Apart from capturing more context, n-grams have a host of other useful applications. They are used in sentence completion, spelling correction and machine translation correction. In all these cases, the model computes the probability of n words occurring contiguously to perform the above processes.

- Sentence completion
- Spelling correction
- Machine translation correction


6\. Building n-gram models using scikit-learn
---------------------------------------------

02:12 - 02:47

Building these n-gram models using scikit-learn is extremely simple, now that we know how to use CountVectorizer. CountVectorizer takes in an argument ngram range which is a tuple containing the lower and upper bound for the range of n-values. For instance, passing 2,2 as the ngram_range will generate only bigrams. On the other hand, passing in 1,3 will generate n-grams where n is equal to 1, 2 and 3.

```python
# Generates only bigrams.
bigrams = CountVectorizer(ngram_range=(2,2))

# Generates unigrams, bigrams and trigrams.
ngrams = CountVectorizer(ngram_range=(1,3))
```

7\. Shortcomings
----------------

02:47 - 03:32

While on the surface, it may seem lucrative to generate n-grams of high orders to capture more and more context, it comes with caveats. We've already seen that the BoW vectors run into thousands of dimensions. Adding higher order n-grams increases the number of dimensions even more and while performing machine learning, leads to a problem known as the curse of dimensionality.
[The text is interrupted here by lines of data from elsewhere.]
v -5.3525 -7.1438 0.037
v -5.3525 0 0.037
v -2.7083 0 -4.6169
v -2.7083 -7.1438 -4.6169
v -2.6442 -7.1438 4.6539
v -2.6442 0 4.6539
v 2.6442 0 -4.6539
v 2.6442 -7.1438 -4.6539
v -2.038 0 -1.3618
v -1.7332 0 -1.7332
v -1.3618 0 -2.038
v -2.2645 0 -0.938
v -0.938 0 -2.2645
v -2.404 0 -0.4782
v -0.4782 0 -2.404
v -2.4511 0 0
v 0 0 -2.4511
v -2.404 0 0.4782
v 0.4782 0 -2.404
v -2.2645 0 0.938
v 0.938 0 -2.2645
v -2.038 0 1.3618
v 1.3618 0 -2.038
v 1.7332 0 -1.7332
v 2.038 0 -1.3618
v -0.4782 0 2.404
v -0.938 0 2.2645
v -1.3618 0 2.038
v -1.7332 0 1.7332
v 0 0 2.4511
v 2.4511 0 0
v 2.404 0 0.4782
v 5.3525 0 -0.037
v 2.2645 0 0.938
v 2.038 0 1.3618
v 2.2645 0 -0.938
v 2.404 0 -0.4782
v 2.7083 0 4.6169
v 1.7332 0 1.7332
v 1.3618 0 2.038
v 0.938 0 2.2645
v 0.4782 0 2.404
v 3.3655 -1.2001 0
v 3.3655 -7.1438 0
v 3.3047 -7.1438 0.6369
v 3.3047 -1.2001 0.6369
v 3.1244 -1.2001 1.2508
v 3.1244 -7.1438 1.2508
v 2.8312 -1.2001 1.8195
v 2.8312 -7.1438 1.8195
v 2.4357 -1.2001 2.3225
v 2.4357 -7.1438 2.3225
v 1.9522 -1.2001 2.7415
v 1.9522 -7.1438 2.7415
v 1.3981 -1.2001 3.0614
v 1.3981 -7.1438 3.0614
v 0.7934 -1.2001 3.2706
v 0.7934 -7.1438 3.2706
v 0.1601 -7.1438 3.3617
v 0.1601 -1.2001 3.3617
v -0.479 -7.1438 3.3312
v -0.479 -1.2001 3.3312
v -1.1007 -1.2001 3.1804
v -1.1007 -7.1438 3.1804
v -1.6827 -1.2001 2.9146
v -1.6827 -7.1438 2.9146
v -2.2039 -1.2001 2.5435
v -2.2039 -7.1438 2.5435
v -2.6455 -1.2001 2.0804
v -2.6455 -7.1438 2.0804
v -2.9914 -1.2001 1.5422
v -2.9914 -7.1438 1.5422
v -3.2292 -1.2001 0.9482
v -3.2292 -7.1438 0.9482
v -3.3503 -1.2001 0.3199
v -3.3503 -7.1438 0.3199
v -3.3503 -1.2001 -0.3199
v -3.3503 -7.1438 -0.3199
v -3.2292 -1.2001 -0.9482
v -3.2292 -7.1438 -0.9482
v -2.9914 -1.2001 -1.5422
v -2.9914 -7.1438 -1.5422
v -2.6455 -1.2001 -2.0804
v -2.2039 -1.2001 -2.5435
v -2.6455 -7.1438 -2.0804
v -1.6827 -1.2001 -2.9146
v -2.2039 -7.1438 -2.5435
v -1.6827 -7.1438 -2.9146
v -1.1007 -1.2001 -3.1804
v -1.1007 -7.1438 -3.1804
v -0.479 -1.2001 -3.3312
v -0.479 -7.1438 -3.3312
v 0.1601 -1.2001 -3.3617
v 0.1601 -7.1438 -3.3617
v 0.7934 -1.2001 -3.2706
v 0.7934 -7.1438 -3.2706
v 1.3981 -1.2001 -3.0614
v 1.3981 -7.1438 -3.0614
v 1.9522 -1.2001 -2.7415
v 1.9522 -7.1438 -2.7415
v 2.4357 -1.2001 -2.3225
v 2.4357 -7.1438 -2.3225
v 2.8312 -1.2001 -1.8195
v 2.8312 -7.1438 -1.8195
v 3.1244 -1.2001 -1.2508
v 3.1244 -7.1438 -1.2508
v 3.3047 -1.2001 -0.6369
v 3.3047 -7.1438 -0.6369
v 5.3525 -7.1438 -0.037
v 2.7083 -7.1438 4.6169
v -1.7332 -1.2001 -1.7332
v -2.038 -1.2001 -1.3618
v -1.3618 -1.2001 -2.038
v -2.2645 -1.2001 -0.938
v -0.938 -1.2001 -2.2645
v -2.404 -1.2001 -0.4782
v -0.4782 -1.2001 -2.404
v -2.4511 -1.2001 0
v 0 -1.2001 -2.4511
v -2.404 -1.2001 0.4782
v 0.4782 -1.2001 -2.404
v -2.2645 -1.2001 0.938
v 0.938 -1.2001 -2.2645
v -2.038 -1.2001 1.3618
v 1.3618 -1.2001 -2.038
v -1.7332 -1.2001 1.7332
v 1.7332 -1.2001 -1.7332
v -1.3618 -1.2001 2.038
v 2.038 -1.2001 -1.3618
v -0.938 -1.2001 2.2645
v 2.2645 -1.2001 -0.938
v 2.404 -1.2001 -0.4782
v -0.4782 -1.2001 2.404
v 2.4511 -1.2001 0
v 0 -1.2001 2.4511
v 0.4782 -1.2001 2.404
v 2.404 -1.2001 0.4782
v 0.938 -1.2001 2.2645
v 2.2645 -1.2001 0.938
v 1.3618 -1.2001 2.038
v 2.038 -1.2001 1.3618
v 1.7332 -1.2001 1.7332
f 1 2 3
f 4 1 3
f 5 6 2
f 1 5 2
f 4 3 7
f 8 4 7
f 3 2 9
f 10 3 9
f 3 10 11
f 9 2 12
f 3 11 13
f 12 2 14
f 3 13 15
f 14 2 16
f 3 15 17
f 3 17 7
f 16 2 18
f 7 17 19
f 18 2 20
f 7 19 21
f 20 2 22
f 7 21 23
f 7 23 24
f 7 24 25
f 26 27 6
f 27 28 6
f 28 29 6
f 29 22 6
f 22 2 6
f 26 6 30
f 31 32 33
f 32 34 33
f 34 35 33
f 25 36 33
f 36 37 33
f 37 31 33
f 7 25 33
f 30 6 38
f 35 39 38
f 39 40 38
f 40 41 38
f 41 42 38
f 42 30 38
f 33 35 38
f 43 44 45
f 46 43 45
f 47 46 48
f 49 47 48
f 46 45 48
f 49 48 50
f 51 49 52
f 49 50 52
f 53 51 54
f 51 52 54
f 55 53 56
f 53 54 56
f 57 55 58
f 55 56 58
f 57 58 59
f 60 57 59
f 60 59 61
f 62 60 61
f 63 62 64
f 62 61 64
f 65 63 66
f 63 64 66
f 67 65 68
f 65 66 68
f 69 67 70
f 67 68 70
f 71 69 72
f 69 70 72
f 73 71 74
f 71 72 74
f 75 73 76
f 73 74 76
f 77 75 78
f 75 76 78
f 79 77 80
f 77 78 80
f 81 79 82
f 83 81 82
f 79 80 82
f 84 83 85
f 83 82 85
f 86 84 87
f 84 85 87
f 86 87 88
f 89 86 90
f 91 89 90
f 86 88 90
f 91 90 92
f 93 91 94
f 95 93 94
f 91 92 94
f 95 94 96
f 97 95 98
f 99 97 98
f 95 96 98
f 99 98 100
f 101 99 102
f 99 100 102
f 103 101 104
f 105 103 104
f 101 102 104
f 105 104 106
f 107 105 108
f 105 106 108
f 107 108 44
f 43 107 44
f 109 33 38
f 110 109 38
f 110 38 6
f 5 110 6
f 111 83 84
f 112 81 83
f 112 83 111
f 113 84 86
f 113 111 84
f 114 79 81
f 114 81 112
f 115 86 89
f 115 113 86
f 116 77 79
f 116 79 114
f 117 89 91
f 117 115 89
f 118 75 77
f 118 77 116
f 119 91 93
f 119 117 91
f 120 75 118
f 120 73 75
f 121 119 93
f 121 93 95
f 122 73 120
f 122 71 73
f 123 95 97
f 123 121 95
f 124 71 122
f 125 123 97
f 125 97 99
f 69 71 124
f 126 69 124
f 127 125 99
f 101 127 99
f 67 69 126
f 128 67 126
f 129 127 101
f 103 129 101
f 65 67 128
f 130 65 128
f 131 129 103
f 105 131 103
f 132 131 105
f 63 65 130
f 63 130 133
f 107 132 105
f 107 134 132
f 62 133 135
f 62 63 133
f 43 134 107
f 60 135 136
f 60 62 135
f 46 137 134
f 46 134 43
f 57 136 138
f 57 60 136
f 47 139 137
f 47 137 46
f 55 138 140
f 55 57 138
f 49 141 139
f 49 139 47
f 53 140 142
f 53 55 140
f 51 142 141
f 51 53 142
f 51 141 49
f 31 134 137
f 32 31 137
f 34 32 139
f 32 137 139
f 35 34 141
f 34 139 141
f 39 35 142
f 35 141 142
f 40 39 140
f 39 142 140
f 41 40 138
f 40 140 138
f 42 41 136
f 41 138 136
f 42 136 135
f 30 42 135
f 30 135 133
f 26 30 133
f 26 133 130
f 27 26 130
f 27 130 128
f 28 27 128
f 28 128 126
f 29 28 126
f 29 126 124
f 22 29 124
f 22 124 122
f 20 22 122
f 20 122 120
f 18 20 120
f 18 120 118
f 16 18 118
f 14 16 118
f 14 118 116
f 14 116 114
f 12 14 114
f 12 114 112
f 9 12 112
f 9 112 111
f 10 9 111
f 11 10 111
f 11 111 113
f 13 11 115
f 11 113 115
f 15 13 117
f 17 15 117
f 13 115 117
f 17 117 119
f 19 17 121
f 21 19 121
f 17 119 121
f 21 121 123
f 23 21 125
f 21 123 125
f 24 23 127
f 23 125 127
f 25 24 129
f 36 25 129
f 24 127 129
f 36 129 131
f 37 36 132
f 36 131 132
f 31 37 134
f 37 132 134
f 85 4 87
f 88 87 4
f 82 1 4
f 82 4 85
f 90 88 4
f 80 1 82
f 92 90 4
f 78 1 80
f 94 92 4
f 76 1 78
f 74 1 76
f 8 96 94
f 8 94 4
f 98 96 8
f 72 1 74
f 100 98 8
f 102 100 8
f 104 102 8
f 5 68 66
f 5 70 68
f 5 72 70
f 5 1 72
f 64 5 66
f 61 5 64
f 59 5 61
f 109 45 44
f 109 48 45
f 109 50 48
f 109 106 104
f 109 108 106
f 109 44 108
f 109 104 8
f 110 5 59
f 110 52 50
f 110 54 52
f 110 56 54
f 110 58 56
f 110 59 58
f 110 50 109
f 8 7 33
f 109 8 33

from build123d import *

# Parameters (mm, degrees)
F1_DEPTH = 7.14375
F2_R     = 2.4511
F3_DEPTH = 7.14475
F4_R     = 3.3655
F5_DEPTH = 5.9436


with BuildPart() as f1:
    # F0 (on Front) → F1 (new body)
    with BuildSketch(Plane.XZ):
        Polygon((-2.644188, 4.653896), (-5.352486, 0.037014), (-2.708298, -4.616882), (2.644188, -4.653896), (5.352486, -0.037014), (2.708298, 4.616882), align=None)
    extrude(amount=F1_DEPTH)

    # F2 (on face) → F3 (cut, through all)
    with BuildSketch(Plane.XZ.offset(7.14375)):
        Circle(F2_R)
    extrude(amount=-F3_DEPTH, mode=Mode.SUBTRACT)

    # F4 (on face) → F5 (cut)
    with BuildSketch(Plane.XZ.offset(7.14375)):
        Circle(F4_R)
    extrude(amount=-F5_DEPTH, mode=Mode.SUBTRACT)


solid = f1.part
Additionally, n-grams for n greater than 3 become exceedingly rare to find in multiple documents. So that feature becomes effectively useless. For these reasons, it is often a good idea to restrict yourself to n-grams where n is small.

- Curse of dimensionality
- Higher order n-grams are rare
- Keep n small


8\. Let's practice!
-------------------

03:32 - 03:42

Great! Let's now build these advanced n-gram models and discover more insights in the exercises.